LAUSR

p‐Coumaric acid (p‐CA) is a key precursor for the biosynthesis of flavonoids. Tyrosine ammonia lyases (TALs) specifically catalyze the synthesis of p‐CA from l‐tyrosine, which is a convenient enzymatic pathway. To explore novel and highly active TALs, a phylogenetic tree‐building approach was conducted including 875 putative TALs and 46 putative phenylalanine/tyrosine ammonia lyases (PTALs). Among them, 5 TALs and 3 PTALs were successfully characterized and found to exhibit the proposed enzymatic activity.

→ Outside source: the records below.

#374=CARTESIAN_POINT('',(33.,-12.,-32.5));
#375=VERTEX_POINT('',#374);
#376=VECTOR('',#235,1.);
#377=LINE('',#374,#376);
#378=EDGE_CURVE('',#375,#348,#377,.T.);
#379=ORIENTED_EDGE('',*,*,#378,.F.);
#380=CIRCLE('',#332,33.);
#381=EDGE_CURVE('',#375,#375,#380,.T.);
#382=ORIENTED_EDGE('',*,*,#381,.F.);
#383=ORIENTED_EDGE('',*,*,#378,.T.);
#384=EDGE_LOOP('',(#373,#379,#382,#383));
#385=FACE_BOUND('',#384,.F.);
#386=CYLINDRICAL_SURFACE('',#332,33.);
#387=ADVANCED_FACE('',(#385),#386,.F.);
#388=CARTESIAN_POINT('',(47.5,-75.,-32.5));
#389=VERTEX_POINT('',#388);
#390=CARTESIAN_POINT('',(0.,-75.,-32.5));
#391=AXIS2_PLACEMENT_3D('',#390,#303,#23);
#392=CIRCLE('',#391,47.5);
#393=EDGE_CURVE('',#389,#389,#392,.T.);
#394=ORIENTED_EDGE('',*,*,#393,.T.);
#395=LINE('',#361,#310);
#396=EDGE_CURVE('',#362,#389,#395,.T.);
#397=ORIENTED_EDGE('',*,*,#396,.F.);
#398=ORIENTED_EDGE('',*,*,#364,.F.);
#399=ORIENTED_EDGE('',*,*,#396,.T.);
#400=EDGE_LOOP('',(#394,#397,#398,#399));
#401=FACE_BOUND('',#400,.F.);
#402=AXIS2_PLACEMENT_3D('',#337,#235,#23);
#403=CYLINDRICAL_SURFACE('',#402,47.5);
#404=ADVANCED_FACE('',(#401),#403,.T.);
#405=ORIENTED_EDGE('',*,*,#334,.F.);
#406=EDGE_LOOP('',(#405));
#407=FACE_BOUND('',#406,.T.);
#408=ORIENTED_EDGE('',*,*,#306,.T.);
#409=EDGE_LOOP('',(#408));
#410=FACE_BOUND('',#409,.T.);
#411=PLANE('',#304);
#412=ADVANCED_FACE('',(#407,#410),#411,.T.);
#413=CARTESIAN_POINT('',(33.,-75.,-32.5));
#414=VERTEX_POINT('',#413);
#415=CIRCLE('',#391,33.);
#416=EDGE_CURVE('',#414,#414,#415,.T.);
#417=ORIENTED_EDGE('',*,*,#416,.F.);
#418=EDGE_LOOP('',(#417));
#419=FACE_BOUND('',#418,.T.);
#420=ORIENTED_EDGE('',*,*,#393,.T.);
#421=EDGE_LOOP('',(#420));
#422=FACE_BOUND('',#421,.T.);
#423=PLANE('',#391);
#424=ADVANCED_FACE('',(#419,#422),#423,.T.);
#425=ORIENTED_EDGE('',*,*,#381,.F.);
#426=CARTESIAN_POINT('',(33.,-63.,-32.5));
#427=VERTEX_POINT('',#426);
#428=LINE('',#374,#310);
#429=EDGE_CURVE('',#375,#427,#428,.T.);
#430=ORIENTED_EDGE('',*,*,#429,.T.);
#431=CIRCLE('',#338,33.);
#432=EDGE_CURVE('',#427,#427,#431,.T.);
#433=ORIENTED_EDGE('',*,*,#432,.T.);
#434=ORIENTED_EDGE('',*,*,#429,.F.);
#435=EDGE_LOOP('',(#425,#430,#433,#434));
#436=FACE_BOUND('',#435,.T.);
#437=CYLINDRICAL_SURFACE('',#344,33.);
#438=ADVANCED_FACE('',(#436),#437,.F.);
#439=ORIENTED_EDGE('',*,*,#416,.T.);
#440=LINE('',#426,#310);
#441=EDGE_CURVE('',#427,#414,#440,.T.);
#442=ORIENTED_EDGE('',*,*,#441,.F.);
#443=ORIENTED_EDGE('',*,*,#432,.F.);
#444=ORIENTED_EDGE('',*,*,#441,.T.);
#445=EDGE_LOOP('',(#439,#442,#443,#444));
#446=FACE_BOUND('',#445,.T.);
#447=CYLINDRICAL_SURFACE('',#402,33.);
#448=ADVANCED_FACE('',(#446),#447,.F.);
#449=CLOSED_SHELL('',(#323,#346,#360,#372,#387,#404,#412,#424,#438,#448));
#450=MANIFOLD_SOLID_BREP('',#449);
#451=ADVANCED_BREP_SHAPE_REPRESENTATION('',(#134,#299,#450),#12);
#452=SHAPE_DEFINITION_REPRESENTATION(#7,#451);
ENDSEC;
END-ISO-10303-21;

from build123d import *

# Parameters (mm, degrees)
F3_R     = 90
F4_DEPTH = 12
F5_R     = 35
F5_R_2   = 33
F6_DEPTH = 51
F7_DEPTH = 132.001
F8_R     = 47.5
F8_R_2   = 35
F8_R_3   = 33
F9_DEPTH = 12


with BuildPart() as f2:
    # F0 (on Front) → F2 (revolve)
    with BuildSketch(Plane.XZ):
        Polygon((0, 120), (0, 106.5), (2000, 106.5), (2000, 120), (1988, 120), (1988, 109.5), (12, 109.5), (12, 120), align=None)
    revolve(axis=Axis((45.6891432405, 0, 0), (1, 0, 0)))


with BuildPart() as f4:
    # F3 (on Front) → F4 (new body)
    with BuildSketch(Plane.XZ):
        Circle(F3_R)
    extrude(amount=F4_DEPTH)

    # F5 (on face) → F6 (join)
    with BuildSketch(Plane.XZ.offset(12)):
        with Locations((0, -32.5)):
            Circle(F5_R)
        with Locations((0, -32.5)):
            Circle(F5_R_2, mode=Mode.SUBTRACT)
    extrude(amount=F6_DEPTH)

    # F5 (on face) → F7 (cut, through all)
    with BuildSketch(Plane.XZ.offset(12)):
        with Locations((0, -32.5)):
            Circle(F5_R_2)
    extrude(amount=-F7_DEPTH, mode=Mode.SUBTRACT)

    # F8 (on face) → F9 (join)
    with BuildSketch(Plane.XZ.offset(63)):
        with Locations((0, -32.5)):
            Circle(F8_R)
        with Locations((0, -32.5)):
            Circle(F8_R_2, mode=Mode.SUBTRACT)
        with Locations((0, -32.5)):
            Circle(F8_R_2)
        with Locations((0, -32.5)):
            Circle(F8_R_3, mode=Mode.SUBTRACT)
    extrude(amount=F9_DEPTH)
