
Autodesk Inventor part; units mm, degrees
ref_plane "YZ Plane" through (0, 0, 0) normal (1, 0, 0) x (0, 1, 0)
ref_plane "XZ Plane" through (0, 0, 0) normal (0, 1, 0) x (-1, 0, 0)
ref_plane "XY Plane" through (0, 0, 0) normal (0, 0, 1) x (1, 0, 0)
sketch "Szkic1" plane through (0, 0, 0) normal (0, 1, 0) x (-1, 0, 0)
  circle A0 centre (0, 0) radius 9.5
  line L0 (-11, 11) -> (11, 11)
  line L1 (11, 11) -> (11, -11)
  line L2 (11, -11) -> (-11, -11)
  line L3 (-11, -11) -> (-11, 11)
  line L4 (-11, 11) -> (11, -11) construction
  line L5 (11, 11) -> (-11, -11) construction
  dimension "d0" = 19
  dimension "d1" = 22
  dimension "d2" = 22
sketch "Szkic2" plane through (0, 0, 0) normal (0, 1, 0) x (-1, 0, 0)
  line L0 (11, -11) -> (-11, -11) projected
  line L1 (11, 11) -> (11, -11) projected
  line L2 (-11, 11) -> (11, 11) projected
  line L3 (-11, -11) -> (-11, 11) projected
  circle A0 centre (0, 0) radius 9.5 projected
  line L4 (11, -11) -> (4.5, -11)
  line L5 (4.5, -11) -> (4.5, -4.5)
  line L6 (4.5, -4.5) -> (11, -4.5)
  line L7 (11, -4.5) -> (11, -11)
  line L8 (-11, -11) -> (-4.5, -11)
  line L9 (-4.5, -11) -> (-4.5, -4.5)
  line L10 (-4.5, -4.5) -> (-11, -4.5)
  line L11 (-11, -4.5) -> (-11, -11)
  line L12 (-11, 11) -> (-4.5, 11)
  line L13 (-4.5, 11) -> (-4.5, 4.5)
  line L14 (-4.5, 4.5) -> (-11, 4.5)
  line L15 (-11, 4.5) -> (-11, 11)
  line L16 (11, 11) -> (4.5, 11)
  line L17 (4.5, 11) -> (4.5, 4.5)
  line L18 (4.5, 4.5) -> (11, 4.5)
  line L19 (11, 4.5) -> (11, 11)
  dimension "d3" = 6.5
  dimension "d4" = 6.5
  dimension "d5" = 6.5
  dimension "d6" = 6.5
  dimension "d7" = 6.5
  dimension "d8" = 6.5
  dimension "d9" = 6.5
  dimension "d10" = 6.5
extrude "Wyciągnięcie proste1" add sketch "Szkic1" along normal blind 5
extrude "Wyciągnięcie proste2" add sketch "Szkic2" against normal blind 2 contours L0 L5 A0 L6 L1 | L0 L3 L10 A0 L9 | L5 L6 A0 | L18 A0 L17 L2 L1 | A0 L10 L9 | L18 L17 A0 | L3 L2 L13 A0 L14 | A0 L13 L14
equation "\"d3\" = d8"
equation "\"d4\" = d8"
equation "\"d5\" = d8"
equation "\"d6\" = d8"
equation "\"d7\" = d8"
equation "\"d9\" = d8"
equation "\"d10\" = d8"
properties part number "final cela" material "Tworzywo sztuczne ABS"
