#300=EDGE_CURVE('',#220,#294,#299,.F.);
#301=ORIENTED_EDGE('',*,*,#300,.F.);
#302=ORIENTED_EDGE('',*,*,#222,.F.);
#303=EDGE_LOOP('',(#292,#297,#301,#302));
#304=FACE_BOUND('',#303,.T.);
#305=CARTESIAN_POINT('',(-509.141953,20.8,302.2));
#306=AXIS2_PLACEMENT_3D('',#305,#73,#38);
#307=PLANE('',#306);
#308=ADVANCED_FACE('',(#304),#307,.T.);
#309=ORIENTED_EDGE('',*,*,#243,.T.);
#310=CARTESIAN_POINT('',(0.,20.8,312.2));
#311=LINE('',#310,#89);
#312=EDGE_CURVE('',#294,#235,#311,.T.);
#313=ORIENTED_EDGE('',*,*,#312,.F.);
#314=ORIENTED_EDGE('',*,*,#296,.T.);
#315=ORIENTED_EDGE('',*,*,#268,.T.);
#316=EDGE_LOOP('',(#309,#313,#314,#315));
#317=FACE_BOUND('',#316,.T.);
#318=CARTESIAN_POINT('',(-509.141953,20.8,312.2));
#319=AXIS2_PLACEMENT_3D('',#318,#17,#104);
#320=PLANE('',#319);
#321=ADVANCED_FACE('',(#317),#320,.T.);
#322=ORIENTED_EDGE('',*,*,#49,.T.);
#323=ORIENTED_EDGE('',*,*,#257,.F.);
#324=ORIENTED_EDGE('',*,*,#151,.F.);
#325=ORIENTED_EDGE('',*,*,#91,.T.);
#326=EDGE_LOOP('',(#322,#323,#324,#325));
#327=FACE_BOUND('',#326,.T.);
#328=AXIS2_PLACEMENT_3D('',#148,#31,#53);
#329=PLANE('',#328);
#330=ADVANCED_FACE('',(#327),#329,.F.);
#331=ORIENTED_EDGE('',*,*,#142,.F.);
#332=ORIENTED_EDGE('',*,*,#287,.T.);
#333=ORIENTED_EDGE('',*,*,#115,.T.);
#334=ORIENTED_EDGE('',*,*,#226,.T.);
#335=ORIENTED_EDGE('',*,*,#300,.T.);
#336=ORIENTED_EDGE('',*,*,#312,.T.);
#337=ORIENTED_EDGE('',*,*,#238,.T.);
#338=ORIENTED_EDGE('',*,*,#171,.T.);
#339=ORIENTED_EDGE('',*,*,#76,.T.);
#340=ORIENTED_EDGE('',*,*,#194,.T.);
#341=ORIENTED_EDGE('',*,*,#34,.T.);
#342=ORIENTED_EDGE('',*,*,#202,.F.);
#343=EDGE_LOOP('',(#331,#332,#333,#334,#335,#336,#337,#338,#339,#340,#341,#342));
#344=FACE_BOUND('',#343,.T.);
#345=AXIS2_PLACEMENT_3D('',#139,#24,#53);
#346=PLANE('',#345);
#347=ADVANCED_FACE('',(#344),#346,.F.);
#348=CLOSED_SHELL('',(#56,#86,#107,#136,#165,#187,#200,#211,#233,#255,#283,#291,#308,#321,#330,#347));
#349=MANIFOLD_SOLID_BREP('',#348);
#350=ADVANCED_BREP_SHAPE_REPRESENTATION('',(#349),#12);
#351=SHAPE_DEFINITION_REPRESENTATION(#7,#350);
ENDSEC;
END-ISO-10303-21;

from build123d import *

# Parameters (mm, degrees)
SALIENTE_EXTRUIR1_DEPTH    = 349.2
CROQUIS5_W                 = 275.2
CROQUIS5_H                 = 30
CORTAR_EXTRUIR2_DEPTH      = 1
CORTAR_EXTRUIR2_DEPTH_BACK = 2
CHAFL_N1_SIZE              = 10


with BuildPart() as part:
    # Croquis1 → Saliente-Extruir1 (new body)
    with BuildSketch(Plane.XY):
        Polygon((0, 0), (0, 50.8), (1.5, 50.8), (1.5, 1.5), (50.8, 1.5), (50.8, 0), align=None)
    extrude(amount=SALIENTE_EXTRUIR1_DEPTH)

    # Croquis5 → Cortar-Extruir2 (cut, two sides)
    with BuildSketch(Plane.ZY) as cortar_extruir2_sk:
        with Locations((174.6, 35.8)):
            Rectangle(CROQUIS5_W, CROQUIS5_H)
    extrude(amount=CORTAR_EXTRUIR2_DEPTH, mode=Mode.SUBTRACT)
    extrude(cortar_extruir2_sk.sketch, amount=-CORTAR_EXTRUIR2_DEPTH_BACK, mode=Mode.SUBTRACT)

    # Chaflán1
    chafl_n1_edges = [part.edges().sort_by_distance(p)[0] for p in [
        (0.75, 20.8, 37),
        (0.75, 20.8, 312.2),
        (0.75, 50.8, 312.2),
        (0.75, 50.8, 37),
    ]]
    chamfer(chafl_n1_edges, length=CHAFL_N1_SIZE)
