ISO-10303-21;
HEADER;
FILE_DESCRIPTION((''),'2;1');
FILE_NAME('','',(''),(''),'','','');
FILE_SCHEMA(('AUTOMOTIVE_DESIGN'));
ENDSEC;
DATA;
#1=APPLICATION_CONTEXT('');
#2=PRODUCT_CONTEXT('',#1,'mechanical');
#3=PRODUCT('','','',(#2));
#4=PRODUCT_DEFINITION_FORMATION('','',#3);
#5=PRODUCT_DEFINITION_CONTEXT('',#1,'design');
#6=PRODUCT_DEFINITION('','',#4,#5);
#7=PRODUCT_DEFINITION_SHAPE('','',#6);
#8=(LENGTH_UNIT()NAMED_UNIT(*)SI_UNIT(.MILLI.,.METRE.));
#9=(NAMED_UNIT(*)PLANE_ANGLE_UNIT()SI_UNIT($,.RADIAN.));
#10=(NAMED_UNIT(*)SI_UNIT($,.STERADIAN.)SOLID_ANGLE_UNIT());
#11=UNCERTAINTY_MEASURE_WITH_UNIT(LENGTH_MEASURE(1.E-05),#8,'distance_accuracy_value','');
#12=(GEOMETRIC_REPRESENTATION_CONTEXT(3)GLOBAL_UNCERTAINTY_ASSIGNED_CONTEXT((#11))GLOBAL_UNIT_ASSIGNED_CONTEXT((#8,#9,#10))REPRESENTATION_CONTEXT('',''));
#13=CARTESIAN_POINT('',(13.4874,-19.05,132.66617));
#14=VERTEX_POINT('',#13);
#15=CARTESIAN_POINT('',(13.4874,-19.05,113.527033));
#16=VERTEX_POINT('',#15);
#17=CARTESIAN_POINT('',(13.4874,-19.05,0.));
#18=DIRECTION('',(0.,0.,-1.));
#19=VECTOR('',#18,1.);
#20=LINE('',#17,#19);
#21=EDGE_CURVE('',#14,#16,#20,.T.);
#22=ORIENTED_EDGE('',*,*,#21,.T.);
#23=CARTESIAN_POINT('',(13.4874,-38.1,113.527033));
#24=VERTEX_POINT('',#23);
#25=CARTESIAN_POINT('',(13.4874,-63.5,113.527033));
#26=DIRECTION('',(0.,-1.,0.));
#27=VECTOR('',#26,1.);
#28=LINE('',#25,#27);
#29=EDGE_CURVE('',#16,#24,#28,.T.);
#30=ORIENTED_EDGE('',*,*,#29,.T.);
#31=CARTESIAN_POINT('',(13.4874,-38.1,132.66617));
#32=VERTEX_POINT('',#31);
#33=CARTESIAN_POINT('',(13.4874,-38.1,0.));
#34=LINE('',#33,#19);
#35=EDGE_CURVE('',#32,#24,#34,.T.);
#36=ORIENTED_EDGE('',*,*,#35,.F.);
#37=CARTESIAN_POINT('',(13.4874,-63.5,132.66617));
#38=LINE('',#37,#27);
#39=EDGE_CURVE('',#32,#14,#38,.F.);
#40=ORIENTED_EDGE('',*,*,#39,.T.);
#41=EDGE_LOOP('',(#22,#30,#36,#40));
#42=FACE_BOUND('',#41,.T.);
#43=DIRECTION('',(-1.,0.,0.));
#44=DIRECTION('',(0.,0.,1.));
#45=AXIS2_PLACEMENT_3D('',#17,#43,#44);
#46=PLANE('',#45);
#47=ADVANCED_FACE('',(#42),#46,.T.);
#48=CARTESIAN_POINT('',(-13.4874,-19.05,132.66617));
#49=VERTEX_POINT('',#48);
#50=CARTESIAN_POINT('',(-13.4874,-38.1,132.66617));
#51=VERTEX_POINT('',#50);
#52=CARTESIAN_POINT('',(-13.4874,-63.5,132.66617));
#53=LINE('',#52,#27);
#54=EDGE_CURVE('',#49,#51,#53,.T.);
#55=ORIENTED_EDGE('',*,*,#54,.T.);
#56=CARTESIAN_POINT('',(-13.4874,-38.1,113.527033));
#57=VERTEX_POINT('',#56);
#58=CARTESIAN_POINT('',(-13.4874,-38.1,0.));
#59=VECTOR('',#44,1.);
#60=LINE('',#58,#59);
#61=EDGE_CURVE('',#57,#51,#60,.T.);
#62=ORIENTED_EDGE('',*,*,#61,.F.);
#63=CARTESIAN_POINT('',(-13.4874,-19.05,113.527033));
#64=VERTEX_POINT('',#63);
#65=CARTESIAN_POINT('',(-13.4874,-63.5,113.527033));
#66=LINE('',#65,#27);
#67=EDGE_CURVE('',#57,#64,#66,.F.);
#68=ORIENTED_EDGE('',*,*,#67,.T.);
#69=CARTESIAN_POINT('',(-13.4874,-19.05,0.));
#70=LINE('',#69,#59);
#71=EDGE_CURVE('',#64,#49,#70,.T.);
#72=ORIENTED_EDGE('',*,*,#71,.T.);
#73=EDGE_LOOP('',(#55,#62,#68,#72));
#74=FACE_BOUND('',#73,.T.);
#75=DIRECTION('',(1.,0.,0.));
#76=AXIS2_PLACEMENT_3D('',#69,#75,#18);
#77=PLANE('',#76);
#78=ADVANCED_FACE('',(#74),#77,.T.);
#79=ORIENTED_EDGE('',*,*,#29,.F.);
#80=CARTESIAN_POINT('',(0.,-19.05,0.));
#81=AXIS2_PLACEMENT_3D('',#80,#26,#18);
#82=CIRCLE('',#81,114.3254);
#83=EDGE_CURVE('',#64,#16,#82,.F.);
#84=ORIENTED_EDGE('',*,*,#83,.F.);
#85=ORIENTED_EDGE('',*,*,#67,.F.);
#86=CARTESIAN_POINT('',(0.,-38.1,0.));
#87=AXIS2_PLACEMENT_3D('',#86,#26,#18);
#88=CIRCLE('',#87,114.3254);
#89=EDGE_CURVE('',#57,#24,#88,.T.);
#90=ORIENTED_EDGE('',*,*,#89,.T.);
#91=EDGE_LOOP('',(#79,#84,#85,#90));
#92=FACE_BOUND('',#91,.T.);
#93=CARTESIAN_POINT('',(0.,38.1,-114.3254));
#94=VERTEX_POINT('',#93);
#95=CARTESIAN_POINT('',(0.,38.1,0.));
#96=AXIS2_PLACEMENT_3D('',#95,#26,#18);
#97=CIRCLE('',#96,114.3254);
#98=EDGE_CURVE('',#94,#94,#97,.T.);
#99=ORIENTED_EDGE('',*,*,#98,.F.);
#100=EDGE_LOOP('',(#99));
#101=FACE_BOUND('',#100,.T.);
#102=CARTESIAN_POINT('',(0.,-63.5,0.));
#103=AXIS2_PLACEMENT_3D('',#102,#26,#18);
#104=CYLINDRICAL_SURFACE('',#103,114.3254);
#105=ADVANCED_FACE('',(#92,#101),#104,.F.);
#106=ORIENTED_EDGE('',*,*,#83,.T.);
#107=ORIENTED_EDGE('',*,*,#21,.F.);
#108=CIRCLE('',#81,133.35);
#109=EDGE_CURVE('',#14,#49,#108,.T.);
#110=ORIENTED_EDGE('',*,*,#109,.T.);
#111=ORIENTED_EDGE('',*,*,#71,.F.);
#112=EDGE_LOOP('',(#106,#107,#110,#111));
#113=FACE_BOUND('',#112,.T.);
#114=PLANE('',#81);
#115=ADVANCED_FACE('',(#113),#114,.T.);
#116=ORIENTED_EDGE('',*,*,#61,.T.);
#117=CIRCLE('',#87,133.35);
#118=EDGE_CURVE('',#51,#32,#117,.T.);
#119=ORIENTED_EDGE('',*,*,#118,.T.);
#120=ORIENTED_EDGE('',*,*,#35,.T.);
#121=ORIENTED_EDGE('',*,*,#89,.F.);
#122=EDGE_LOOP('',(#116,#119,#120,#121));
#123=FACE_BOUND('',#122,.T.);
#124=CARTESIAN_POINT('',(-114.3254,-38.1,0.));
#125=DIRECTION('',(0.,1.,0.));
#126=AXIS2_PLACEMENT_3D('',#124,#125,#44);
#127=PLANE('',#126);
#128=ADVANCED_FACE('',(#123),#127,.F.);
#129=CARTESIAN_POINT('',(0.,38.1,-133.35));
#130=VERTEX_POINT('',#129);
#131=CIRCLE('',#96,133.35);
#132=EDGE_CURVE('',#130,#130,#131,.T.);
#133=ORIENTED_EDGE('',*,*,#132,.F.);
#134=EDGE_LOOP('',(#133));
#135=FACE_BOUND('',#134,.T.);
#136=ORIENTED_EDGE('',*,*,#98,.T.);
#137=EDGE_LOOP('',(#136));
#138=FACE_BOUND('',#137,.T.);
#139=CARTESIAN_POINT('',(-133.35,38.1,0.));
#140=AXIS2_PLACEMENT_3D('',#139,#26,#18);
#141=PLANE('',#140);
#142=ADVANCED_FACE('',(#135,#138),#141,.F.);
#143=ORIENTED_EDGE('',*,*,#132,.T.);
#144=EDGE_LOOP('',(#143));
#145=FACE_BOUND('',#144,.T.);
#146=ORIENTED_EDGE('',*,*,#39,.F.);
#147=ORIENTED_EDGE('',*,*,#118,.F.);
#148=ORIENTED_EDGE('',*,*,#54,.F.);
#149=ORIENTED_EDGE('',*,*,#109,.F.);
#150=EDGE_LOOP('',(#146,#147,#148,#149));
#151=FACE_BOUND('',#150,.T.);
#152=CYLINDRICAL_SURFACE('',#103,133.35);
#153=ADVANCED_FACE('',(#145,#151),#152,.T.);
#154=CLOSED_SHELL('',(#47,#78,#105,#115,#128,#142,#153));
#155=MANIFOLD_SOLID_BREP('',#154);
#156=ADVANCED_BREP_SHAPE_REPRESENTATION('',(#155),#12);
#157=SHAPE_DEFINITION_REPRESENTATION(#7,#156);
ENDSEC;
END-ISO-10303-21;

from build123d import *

# Parameters (mm, degrees)
SKETCH1_W          = 76.2
SKETCH1_H          = 19.0246
CUT_EXTRUDE2_START = -38.1
SKETCH2_W          = 26.9748
SKETCH2_H          = 266.7
CUT_EXTRUDE2_DEPTH = 19.05


with BuildPart() as part:
    # Sketch1 → Revolve1 (revolve)
    with BuildSketch(Plane(origin=(0, 0, 0), x_dir=(0, 1, 0), z_dir=(0, 0, 1)), mode=Mode.PRIVATE) as revolve1_sk:
        with Locations((0, 123.8377)):
            Rectangle(SKETCH1_W, SKETCH1_H)
    revolve(revolve1_sk.sketch.rotate(Axis((0, -63.5, 0), (0, 1, 0)), 270), axis=Axis((0, -63.5, 0), (0, 1, 0)))

    # Sketch2 → Cut-Extrude2 (cut)
    with BuildSketch(Plane(origin=(0, 0, 0), x_dir=(-1, 0, 0), z_dir=(0, 1, 0)).offset(CUT_EXTRUDE2_START)):
        with Locations((0, 133.35)):
            Rectangle(SKETCH2_W, SKETCH2_H)
    extrude(amount=CUT_EXTRUDE2_DEPTH, mode=Mode.SUBTRACT)


solid = part.part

The TAL from Chryseobacterium luteum sp. nov (TALclu) has the highest affinity (Km=0.019 mm) and conversion efficiency (kcat/Km=1631 s−1 ⋅ mm−1) towards l‐tyrosine. The reaction conditions for two purified enzymes and their E. coli recombinant cells were optimized and p‐CA yields of 2.03 g/L after 8 hours by TALclu and 2.35 g/L after 24 h by TAL from Rivularia sp. PCC 7116 (TALrpc) in whole cells were achieved. These TALs are thus candidates for the construction of whole‐cell systems to produce the flavonoid precursor p‐CA.